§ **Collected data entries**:
┄┄┄┄┄┄┄┄┄┄
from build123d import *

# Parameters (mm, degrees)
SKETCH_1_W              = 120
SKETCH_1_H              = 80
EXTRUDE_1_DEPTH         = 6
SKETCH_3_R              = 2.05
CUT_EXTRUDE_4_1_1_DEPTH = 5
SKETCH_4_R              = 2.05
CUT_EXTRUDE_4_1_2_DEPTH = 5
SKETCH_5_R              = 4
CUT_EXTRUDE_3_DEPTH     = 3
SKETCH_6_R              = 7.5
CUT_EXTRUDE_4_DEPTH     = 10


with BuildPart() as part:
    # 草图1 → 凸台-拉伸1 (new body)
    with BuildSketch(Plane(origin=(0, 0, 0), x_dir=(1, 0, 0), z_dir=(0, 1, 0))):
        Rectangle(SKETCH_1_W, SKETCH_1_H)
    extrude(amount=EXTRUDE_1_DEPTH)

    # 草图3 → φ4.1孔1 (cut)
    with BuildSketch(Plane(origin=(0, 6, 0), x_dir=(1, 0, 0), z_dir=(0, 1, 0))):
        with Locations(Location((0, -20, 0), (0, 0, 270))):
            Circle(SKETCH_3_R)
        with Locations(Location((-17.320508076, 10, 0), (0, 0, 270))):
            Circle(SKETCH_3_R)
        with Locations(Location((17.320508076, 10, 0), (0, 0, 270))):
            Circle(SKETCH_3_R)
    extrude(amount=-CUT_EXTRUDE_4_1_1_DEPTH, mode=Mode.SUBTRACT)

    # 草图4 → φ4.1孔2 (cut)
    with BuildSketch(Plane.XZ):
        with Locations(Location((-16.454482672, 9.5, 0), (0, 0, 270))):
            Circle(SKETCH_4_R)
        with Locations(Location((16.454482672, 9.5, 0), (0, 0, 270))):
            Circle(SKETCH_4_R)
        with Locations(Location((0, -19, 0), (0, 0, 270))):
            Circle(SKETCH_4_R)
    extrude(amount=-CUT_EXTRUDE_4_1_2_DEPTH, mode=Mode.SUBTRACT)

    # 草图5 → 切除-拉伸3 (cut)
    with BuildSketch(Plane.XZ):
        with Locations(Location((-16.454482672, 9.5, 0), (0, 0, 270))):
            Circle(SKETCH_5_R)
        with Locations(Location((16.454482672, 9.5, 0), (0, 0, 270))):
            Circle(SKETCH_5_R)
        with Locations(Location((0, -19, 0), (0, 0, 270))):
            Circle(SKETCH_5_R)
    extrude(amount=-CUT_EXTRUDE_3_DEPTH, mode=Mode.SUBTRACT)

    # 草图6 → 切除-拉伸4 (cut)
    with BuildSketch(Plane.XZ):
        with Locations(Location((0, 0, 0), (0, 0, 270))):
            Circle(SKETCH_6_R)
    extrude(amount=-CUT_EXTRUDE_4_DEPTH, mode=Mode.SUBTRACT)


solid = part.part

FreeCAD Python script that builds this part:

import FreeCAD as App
import Part
import Sketcher
Q = App.Units.Quantity

doc = App.newDocument("Part")
body = doc.addObject("PartDesign::Body", "Body")

sketch1 = doc.addObject("Sketcher::SketchObject", "Sketch")
body.addObject(sketch1)
sketch1.AttachmentSupport = (doc.XZ_Plane, [""])
sketch1.MapMode = "FlatFace"
sketch1.addGeometry([
    Part.LineSegment(App.Vector(-60, -40, 0), App.Vector(-60, 40, 0)),
    Part.LineSegment(App.Vector(-60, 40, 0), App.Vector(60, 40, 0)),
    Part.LineSegment(App.Vector(60, 40, 0), App.Vector(60, -40, 0)),
    Part.LineSegment(App.Vector(60, -40, 0), App.Vector(-60, -40, 0)),
], False)
sketch1.addConstraint([
    Sketcher.Constraint("Coincident", 0, 2, 1, 1),
    Sketcher.Constraint("Coincident", 1, 2, 2, 1),
    Sketcher.Constraint("Coincident", 2, 2, 3, 1),
    Sketcher.Constraint("Coincident", 3, 2, 0, 1),
    Sketcher.Constraint("Vertical", 0),
    Sketcher.Constraint("Horizontal", 1),
    Sketcher.Constraint("Vertical", 2),
    Sketcher.Constraint("Horizontal", 3),
    Sketcher.Constraint("Symmetric", 0, 2, 2, 2, -1, 1),
    Sketcher.Constraint("DistanceX", 1, 1, 1, 2, Q("120 mm")),
    Sketcher.Constraint("DistanceY", 0, 1, 0, 2, Q("80 mm")),
])
pad1 = doc.addObject("PartDesign::Pad", "Pad")
body.addObject(pad1)
pad1.Profile = sketch1
pad1.Length = 6
pad1.Reversed = True

sketch2 = doc.addObject("Sketcher::SketchObject", "Sketch001")
body.addObject(sketch2)
sketch2.AttachmentSupport = (doc.XZ_Plane, [""])
sketch2.MapMode = "FlatFace"
sketch2.AttachmentOffset = App.Placement(App.Vector(0, 0, -6), App.Rotation())
sketch2.addGeometry([
    Part.Circle(App.Vector(0, 20, 0), App.Vector(0, 0, 1), 2.05),
    Part.Circle(App.Vector(-17.320508, -10, 0), App.Vector(0, 0, 1), 2.05),
    Part.Circle(App.Vector(17.320508, -10, 0), App.Vector(0, 0, 1), 2.05),
], False)
sketch2.addConstraint([
    Sketcher.Constraint("Equal", 0, 1),
    Sketcher.Constraint("Equal", 1, 2),
    Sketcher.Constraint("Symmetric", 1, 3, 2, 3, -2),
    Sketcher.Constraint("PointOnObject", 0, 3, -2),
    Sketcher.Constraint("Diameter", 0, Q("4.1 mm")),
    Sketcher.Constraint("DistanceY", -1, 1, 0, 3, Q("20 mm")),
    Sketcher.Constraint("DistanceY", 1, 3, -1, 1, Q("10 mm")),
    Sketcher.Constraint("DistanceX", 1, 3, -1, 1, Q("17.320508 mm")),
])
pocket1 = doc.addObject("PartDesign::Pocket", "Pocket")
body.addObject(pocket1)
pocket1.Profile = sketch2
pocket1.Length = 5
pocket1.Reversed = True

sketch3 = doc.addObject("Sketcher::SketchObject", "Sketch002")
body.addObject(sketch3)
sketch3.AttachmentSupport = (doc.XZ_Plane, [""])
sketch3.MapMode = "FlatFace"
sketch3.addGeometry([
    Part.Circle(App.Vector(-16.454483, 9.5, 0), App.Vector(0, 0, 1), 2.05),
    Part.Circle(App.Vector(16.454483, 9.5, 0), App.Vector(0, 0, 1), 2.05),
    Part.Circle(App.Vector(0, -19, 0), App.Vector(0, 0, 1), 2.05),
], False)
sketch3.addConstraint([
    Sketcher.Constraint("Equal", 0, 1),
    Sketcher.Constraint("Equal", 1, 2),
    Sketcher.Constraint("Symmetric", 0, 3, 1, 3, -2),
    Sketcher.Constraint("PointOnObject", 2, 3, -2),
    Sketcher.Constraint("Diameter", 0, Q("4.1 mm")),
    Sketcher.Constraint("DistanceY", 2, 3, -1, 1, Q("19 mm")),
    Sketcher.Constraint("DistanceY", -1, 1, 0, 3, Q("9.5 mm")),
    Sketcher.Constraint("DistanceX", 0, 3, -1, 1, Q("16.454483 mm")),
])
pocket2 = doc.addObject("PartDesign::Pocket", "Pocket001")
body.addObject(pocket2)
pocket2.Profile = sketch3
pocket2.Length = 5

sketch4 = doc.addObject("Sketcher::SketchObject", "Sketch003")
body.addObject(sketch4)
sketch4.AttachmentSupport = (doc.XZ_Plane, [""])
sketch4.MapMode = "FlatFace"
sketch4.addGeometry([
    Part.Circle(App.Vector(-16.454483, 9.5, 0), App.Vector(0, 0, 1), 4),
    Part.Circle(App.Vector(16.454483, 9.5, 0), App.Vector(0, 0, 1), 4),
    Part.Circle(App.Vector(0, -19, 0), App.Vector(0, 0, 1), 4),
], False)
sketch4.addConstraint([
    Sketcher.Constraint("Equal", 0, 1),
    Sketcher.Constraint("Equal", 1, 2),
    Sketcher.Constraint("Symmetric", 0, 3, 1, 3, -2),
    Sketcher.Constraint("PointOnObject", 2, 3, -2),
    Sketcher.Constraint("Diameter", 0, Q("8 mm")),
    Sketcher.Constraint("DistanceY", 2, 3, -1, 1, Q("19 mm")),
    Sketcher.Constraint("DistanceY", -1, 1, 0, 3, Q("9.5 mm")),
    Sketcher.Constraint("DistanceX", 0, 3, -1, 1, Q("16.454483 mm")),
])
pocket3 = doc.addObject("PartDesign::Pocket", "Pocket002")
body.addObject(pocket3)
pocket3.Profile = sketch4
pocket3.Length = 3

sketch5 = doc.addObject("Sketcher::SketchObject", "Sketch004")
body.addObject(sketch5)
sketch5.AttachmentSupport = (doc.XZ_Plane, [""])
sketch5.MapMode = "FlatFace"
sketch5.addGeometry(Part.Circle(App.Vector(0, 0, 0), App.Vector(0, 0, 1), 7.5), False)
sketch5.addConstraint([
    Sketcher.Constraint("Coincident", 0, 3, -1, 1),
    Sketcher.Constraint("Diameter", 0, Q("15 mm")),
])
pocket4 = doc.addObject("PartDesign::Pocket", "Pocket003")
body.addObject(pocket4)
pocket4.Profile = sketch5
pocket4.Length = 10

doc.recompute()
┄┄┄┄┄┄┄┄┄┄
Above are the records; from them, give again exactly the lines from the one containing "# 草图6 → 切除-拉伸4 (cut)" to the one containing "FreeCAD Python script", both lines included, and nothing more.

§ **Response area**:
    # 草图6 → 切除-拉伸4 (cut)
    with BuildSketch(Plane.XZ):
        with Locations(Location((0, 0, 0), (0, 0, 270))):
            Circle(SKETCH_6_R)
    extrude(amount=-CUT_EXTRUDE_4_DEPTH, mode=Mode.SUBTRACT)


solid = part.part

FreeCAD Python script that builds this part:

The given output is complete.